Герман медлил. Шевалье завороженно смотрел на него.
— Ей-Богу, не знаю… Оставить Длинного Ганса? Нет, это невозможно. Он следовал за мною в унижении, значит, последует и в благополучии.
Шевалье ощерил зубы в уродливой гримасе и опять скрестил руки на груди. Герман ничего не заметил. Снял лавровый венок, развязал платок и яростно крикнул в недра грота:
— Ганс! Упрямый остолоп! Сам выйдешь или за уши тебя тащить? Иди сюда. Я ведь теперь барон!
— Все это ложь и обманные призраки. Осенью вы были фельдмаршалом, и добром это не кончилось.
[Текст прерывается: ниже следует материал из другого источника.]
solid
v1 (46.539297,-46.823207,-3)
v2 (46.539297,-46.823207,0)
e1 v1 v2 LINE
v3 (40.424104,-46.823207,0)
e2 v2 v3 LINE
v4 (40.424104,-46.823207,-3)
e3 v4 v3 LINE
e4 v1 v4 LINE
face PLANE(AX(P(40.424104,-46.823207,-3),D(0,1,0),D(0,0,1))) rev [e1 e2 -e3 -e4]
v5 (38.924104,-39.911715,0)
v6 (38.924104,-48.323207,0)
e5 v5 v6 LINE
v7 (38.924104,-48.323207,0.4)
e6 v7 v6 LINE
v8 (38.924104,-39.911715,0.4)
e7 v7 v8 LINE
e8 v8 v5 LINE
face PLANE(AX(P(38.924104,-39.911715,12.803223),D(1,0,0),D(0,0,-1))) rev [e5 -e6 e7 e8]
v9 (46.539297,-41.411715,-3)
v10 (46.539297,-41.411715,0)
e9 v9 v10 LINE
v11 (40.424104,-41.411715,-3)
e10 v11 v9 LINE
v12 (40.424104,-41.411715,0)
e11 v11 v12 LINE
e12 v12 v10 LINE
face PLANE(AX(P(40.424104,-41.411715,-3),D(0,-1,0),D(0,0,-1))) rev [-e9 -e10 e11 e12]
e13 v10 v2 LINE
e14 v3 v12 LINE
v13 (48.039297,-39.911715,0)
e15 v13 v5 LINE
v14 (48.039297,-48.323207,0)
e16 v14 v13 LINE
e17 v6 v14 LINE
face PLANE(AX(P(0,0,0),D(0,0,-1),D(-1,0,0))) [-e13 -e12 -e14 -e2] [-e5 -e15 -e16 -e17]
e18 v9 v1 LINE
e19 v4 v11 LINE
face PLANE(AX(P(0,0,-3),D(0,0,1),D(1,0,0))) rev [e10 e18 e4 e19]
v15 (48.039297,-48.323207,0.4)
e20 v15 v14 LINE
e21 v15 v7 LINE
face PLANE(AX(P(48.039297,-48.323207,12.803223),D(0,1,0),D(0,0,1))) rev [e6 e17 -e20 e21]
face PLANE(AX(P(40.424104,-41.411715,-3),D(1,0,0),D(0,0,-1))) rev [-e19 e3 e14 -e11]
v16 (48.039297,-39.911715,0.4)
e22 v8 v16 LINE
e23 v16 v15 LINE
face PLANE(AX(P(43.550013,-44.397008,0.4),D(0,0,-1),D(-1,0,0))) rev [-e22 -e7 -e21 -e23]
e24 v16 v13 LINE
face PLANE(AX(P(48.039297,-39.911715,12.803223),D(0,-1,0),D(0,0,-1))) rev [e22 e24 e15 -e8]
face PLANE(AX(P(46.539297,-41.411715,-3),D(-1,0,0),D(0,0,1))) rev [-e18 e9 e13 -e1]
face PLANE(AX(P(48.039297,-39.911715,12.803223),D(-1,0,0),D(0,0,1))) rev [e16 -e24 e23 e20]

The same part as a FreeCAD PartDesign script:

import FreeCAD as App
import Part
import Sketcher
from FreeCAD import Vector

doc = App.newDocument("Part")
params = doc.addObject("Spreadsheet::Sheet", "Params")
for row, (alias, value) in enumerate([
    ("pad1_length", "0.4 mm"),
    ("pad2_length", "3 mm"),
], start=1):
    params.set(f"A{row}", alias)
    params.set(f"B{row}", "=" + value)
    params.setAlias(f"B{row}", alias)

body = doc.addObject("PartDesign::Body", "Body")

sketch1 = body.newObject("Sketcher::SketchObject", "Sketch")
sketch1.AttachmentSupport = (doc.getObject("XY_Plane"), [""])
sketch1.MapMode = "FlatFace"
sketch1.addGeometry([
    Part.LineSegment(Vector(38.924104, -39.911715, 0), Vector(38.924104, -48.323207, 0)),
    Part.LineSegment(Vector(38.924104, -48.323207, 0), Vector(48.039297, -48.323207, 0)),
    Part.LineSegment(Vector(48.039297, -48.323207, 0), Vector(48.039297, -39.911715, 0)),
    Part.LineSegment(Vector(48.039297, -39.911715, 0), Vector(38.924104, -39.911715, 0)),
], False)
sketch1.addConstraint([
    Sketcher.Constraint("Coincident", 0, 2, 1, 1),
    Sketcher.Constraint("Coincident", 1, 2, 2, 1),
    Sketcher.Constraint("Coincident", 2, 2, 3, 1),
    Sketcher.Constraint("Coincident", 3, 2, 0, 1),
    Sketcher.Constraint("Vertical", 0),
    Sketcher.Constraint("Horizontal", 1),
    Sketcher.Constraint("Vertical", 2),
    Sketcher.Constraint("Horizontal", 3),
    Sketcher.Constraint("DistanceY", 0, 2, 0, 1, 8.411492),
    Sketcher.Constraint("DistanceX", 1, 1, 1, 2, 9.115192),
    Sketcher.Constraint("DistanceX", -1, 1, 0, 2, 38.924104),
    Sketcher.Constraint("DistanceY", 0, 2, -1, 1, 48.323207),
])
pad1 = body.newObject("PartDesign::Pad", "Pad")
pad1.Profile = sketch1
pad1.setExpression("Length", "Params.pad1_length")

sketch2 = body.newObject("Sketcher::SketchObject", "Sketch001")
sketch2.AttachmentSupport = (doc.getObject("XY_Plane"), [""])
sketch2.MapMode = "FlatFace"
sketch2.addGeometry([
    Part.LineSegment(Vector(46.539297, -41.411715, 0), Vector(46.539297, -46.823207, 0)),
    Part.LineSegment(Vector(46.539297, -46.823207, 0), Vector(40.424104, -46.823207, 0)),
    Part.LineSegment(Vector(40.424104, -46.823207, 0), Vector(40.424104, -41.411715, 0)),
    Part.LineSegment(Vector(40.424104, -41.411715, 0), Vector(46.539297, -41.411715, 0)),
], False)
sketch2.addConstraint([
    Sketcher.Constraint("Coincident", 0, 2, 1, 1),
    Sketcher.Constraint("Coincident", 1, 2, 2, 1),
    Sketcher.Constraint("Coincident", 2, 2, 3, 1),
    Sketcher.Constraint("Coincident", 3, 2, 0, 1),
    Sketcher.Constraint("Vertical", 0),
    Sketcher.Constraint("Horizontal", 1),
    Sketcher.Constraint("Vertical", 2),
    Sketcher.Constraint("Horizontal", 3),
    Sketcher.Constraint("DistanceY", 0, 2, 0, 1, 5.411492),
    Sketcher.Constraint("DistanceX", 1, 2, 1, 1, 6.115192),
    Sketcher.Constraint("DistanceX", -1, 1, 0, 2, 46.539297),
    Sketcher.Constraint("DistanceY", 0, 2, -1, 1, 46.823207),
])
pad2 = body.newObject("PartDesign::Pad", "Pad001")
pad2.Profile = sketch2
pad2.setExpression("Length", "Params.pad2_length")
pad2.Reversed = True

doc.recompute()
Шевалье с трудом овладел собой, прижал к груди острый подбородок.
— Не благоволите ли, ваша милость, все-таки…
— Вздор! Длинный Ганс! Если не выйдешь подобру-поздорову, я уеду домой без тебя. Можешь тогда сидеть в гроте и злиться.
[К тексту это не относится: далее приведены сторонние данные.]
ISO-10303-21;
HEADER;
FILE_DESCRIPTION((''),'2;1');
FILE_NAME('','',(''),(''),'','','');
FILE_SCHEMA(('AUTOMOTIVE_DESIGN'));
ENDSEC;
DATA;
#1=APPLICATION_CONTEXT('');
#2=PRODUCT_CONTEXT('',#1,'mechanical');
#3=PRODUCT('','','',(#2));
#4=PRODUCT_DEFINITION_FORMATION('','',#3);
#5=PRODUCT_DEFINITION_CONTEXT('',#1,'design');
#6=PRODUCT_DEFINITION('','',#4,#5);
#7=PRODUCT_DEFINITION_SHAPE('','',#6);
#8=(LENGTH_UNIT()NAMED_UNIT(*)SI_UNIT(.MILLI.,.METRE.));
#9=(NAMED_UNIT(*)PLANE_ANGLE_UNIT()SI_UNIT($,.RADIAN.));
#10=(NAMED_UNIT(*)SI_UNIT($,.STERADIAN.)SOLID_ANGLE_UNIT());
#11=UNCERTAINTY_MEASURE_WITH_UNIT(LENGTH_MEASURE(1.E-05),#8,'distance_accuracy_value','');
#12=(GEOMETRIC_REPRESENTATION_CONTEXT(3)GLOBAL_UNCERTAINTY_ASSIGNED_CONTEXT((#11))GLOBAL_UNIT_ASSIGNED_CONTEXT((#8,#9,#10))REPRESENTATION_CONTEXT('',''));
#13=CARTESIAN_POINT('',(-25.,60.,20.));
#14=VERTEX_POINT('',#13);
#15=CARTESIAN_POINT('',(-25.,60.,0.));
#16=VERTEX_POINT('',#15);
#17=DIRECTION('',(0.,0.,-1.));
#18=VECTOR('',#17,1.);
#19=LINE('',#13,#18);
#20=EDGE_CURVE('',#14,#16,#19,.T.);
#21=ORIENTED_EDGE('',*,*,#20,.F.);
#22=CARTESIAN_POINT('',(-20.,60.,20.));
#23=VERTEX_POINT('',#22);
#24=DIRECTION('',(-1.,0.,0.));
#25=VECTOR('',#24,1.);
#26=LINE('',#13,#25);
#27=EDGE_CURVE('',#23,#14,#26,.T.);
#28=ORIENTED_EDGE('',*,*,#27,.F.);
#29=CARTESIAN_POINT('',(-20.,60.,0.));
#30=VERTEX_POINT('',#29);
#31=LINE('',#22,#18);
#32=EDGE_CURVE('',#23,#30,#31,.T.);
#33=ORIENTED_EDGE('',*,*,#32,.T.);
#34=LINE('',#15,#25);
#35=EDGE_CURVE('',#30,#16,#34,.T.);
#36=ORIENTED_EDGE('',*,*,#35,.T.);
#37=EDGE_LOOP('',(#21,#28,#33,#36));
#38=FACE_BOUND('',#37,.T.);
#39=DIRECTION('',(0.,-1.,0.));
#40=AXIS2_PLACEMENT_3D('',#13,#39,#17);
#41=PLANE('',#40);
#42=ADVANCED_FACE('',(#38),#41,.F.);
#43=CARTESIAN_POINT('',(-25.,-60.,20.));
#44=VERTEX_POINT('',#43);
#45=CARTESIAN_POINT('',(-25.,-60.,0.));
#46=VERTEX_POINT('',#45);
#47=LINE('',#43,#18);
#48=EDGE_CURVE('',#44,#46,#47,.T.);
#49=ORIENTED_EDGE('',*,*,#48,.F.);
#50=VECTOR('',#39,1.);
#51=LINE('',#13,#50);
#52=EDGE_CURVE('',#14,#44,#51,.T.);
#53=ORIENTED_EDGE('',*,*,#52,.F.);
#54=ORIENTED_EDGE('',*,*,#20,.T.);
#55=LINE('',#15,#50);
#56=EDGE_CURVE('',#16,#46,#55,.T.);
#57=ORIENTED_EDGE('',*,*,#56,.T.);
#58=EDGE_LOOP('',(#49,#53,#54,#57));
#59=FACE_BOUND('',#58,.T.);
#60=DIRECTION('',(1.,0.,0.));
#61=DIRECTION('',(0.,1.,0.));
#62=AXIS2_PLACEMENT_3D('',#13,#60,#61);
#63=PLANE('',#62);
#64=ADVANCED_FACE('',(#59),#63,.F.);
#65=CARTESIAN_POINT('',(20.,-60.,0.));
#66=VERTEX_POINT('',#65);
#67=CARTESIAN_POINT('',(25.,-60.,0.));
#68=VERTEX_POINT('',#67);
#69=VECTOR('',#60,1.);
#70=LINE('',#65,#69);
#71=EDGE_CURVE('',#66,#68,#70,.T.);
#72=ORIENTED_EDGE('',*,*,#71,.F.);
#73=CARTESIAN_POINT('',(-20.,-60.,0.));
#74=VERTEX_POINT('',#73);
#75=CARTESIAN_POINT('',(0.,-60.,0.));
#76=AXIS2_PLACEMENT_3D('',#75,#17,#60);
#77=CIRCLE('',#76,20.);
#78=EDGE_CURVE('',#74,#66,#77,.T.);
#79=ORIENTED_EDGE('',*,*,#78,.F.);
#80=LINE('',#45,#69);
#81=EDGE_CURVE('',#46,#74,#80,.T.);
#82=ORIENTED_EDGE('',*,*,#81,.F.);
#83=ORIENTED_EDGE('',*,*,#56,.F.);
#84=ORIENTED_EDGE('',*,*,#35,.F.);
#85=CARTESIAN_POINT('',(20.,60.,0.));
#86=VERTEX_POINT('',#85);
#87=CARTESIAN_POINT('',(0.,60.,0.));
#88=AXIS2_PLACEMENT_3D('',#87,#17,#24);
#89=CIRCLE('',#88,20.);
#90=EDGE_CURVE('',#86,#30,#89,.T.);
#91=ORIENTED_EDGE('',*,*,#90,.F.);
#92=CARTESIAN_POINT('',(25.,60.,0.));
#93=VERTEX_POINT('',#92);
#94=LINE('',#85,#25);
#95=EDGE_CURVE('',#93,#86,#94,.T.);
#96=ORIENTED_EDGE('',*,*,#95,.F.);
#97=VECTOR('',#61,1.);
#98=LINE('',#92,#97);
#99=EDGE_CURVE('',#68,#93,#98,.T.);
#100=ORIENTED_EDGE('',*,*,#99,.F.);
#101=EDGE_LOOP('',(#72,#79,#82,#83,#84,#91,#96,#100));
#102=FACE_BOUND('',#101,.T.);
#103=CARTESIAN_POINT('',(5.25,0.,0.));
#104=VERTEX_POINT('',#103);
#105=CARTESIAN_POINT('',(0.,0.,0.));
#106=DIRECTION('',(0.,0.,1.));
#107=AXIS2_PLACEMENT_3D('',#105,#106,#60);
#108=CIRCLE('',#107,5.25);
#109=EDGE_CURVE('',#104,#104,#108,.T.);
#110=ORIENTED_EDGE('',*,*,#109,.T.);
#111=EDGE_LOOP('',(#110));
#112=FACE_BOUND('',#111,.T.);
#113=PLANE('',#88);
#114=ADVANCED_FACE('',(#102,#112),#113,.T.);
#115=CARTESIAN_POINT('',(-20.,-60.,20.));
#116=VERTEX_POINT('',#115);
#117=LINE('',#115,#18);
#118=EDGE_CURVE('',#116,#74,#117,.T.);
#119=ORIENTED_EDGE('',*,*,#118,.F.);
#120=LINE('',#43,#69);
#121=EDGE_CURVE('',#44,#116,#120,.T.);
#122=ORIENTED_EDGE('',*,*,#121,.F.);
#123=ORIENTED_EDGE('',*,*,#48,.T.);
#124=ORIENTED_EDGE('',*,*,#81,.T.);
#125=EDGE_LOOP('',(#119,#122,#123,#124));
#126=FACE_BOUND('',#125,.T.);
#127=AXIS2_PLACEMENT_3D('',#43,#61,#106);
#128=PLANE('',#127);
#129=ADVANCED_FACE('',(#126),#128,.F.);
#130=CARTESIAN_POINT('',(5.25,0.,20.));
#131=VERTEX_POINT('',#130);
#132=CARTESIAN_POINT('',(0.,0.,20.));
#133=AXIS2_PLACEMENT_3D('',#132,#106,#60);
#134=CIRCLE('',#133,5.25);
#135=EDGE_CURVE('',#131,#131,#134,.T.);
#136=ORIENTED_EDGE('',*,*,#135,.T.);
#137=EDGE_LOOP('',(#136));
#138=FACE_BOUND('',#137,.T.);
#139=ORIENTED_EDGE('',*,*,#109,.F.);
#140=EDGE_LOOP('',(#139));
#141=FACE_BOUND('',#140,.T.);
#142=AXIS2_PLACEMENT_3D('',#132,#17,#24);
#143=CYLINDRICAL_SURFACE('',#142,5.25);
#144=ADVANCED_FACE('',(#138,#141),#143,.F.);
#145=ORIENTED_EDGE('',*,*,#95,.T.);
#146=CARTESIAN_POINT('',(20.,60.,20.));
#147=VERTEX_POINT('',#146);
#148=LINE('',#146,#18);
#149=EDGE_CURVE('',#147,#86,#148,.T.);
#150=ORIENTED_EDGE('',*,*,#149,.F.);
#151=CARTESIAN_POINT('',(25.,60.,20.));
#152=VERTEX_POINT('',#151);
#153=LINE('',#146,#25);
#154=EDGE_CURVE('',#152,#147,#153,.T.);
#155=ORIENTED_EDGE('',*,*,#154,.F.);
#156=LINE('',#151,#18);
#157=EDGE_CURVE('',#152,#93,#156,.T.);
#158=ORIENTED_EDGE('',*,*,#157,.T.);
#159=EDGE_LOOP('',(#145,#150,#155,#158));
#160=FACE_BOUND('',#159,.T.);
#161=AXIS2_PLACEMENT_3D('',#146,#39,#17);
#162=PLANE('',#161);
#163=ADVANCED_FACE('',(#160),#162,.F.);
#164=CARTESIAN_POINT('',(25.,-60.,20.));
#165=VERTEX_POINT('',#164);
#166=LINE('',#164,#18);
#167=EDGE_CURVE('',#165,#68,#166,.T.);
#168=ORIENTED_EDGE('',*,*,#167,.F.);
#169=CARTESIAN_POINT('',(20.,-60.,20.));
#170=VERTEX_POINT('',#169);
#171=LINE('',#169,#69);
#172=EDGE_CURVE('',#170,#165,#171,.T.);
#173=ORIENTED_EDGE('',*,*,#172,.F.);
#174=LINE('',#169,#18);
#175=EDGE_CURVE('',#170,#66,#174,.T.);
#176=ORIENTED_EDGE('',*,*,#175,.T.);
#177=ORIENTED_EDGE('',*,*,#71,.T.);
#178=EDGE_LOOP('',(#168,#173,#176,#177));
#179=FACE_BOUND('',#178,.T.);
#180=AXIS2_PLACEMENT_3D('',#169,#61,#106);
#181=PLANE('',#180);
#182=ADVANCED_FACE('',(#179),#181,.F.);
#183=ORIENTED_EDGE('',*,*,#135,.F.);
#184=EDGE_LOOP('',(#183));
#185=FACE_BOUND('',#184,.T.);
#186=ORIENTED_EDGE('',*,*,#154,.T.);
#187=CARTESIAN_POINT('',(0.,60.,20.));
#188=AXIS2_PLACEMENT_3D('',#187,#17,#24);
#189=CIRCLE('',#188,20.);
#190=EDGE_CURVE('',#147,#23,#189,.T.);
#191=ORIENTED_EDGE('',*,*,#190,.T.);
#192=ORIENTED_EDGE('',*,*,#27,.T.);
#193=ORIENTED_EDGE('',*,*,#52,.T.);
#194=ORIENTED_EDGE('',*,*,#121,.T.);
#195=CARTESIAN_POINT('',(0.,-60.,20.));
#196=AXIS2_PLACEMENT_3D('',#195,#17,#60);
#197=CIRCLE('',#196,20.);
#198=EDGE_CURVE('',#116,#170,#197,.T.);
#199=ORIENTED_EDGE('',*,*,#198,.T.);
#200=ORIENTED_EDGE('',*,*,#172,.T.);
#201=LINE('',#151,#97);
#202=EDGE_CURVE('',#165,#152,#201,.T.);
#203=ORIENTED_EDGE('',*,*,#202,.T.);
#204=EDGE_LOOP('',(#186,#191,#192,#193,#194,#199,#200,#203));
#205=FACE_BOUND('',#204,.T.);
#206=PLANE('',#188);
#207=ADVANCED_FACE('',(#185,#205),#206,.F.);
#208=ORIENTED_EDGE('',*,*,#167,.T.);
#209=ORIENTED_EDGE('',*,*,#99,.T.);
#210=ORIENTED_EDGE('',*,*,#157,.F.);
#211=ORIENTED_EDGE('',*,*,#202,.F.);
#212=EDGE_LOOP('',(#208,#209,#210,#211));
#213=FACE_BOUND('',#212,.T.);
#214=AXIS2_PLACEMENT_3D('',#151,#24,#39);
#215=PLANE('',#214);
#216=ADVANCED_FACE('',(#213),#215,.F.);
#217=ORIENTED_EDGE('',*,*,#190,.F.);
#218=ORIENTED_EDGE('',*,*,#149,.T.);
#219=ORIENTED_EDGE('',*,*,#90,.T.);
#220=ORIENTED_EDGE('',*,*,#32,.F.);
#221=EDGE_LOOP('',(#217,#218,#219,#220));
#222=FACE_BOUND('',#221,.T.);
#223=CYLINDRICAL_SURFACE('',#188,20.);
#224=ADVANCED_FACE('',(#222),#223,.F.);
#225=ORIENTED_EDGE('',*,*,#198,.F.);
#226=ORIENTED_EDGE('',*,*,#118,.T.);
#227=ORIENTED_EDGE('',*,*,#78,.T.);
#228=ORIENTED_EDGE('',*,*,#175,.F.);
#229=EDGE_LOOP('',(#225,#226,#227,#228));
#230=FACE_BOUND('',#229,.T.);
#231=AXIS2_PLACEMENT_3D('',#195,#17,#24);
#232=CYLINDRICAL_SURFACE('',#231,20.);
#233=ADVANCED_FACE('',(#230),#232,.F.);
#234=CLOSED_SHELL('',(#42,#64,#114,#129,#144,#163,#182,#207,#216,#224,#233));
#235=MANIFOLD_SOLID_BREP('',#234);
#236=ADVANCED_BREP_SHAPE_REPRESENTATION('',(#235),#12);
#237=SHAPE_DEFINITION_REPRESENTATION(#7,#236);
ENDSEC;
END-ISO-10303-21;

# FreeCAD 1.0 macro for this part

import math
import FreeCAD as App
import Part
import Sketcher
Q = App.Units.Quantity

doc = App.newDocument("Part")
params = doc.addObject("Spreadsheet::Sheet", "Params")
for row, (alias, value) in enumerate([
    ("sketch1_radius", "20 mm"),
    ("sketch1_diameter", "10.5 mm"),
    ("sketch1_width", "5 mm"),
    ("sketch1_height", "120 mm"),
    ("pad1_length", "20 mm"),
], start=1):
    params.set(f"A{row}", alias)
    params.set(f"B{row}", "=" + value)
    params.setAlias(f"B{row}", alias)

body = doc.addObject("PartDesign::Body", "Body")

sketch1 = body.newObject("Sketcher::SketchObject", "Sketch")
sketch1.AttachmentSupport = (doc.getObject("XY_Plane"), [""])
sketch1.MapMode = "FlatFace"
sketch1.addGeometry([
    Part.LineSegment(App.Vector(25, 60, 0), App.Vector(20, 60, 0)),
    Part.ArcOfCircle(Part.Circle(App.Vector(0, 60, 0), App.Vector(0, 0, 1), 20), math.radians(180), math.radians(360)),
    Part.LineSegment(App.Vector(-20, 60, 0), App.Vector(-25, 60, 0)),
    Part.LineSegment(App.Vector(-25, 60, 0), App.Vector(-25, -60, 0)),
    Part.LineSegment(App.Vector(-25, -60, 0), App.Vector(-20, -60, 0)),
    Part.ArcOfCircle(Part.Circle(App.Vector(0, -60, 0), App.Vector(0, 0, 1), 20), math.radians(0), math.radians(180)),
    Part.LineSegment(App.Vector(20, -60, 0), App.Vector(25, -60, 0)),
    Part.LineSegment(App.Vector(25, -60, 0), App.Vector(25, 60, 0)),
    Part.Circle(App.Vector(0, 0, 0), App.Vector(0, 0, 1), 5),
], False)
sketch1.addConstraint([
    Sketcher.Constraint("Coincident", 0, 2, 1, 2),
    Sketcher.Constraint("Coincident", 1, 1, 2, 1),
    Sketcher.Constraint("Coincident", 2, 2, 3, 1),
    Sketcher.Constraint("Coincident", 3, 2, 4, 1),
    Sketcher.Constraint("Coincident", 4, 2, 5, 2),
    Sketcher.Constraint("Coincident", 5, 1, 6, 1),
    Sketcher.Constraint("Coincident", 6, 2, 7, 1),
    Sketcher.Constraint("Coincident", 7, 2, 0, 1),
    Sketcher.Constraint("Horizontal", 0),
    Sketcher.Constraint("Horizontal", 2),
    Sketcher.Constraint("Vertical", 3),
    Sketcher.Constraint("Horizontal", 4),
    Sketcher.Constraint("Horizontal", 6),
    Sketcher.Constraint("Vertical", 7),
    Sketcher.Constraint("Coincident", 8, 3, -1, 1),
    Sketcher.Constraint("Equal", 1, 5),
    Sketcher.Constraint("Symmetric", 1, 3, 5, 3, -1, 1),
    Sketcher.Constraint("Symmetric", 2, 2, 6, 2, -1, 1),
    Sketcher.Constraint("Symmetric", 0, 2, 1, 1, -2),
    Sketcher.Constraint("Horizontal", 1, 3, 0, 2),
    Sketcher.Constraint("Horizontal", 5, 3, 3, 2),
    Sketcher.Constraint("Radius", 1, Q("20 mm")),
    Sketcher.Constraint("Diameter", 8, Q("10.5 mm")),
    Sketcher.Constraint("DistanceX", 0, 2, 0, 1, Q("5 mm")),
    Sketcher.Constraint("DistanceY", 3, 2, 3, 1, Q("120 mm")),
])
sketch1.setExpression("Constraints[21]", "Params.sketch1_radius")
sketch1.setExpression("Constraints[22]", "Params.sketch1_diameter")
sketch1.setExpression("Constraints[23]", "Params.sketch1_width")
sketch1.setExpression("Constraints[24]", "Params.sketch1_height")
pad1 = body.newObject("PartDesign::Pad", "Pad")
pad1.Profile = sketch1
pad1.setExpression("Length", "Params.pad1_length")

doc.recompute()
— Еще чего, — буркнул Длинный Ганс, высунув из грота кудлатую голову. — Да нешто вы, пастор, без меня управитесь?
— Значит, едешь?
— Понятное дело, еду.
— A la bonne heure, — вздохнул шевалье. — Как вам будет угодно. Все готово. Ваш отшельнический контракт аннулирован, Его величество проявил необычайное благорасположение и внимание. Карета ждет у калитки. Итак, в Вальдштайн.
— В Вальдштайн.
XIX. Олимп
Цветущие деревья в саду обвиты белым кружевным покровом. Статуй почти не видно средь кипени цветения, они беспомощно простирают руки, словно утопающие, которые вот-вот навеки исчезнут в пенных валах прибоя. Все изваяния искусно отреставрированы. Кто не знает, тому и в голову не придет, что некогда они пали жертвой разъяренного великана. Майский день лучезарно-прекрасен, генерал при смерти, а жизнь так хороша. Погодите, говорят вальдштайнские старики, вскорости у нас будет новый господин, еще пострашнее нынешнего. Но стариков никто не слушает.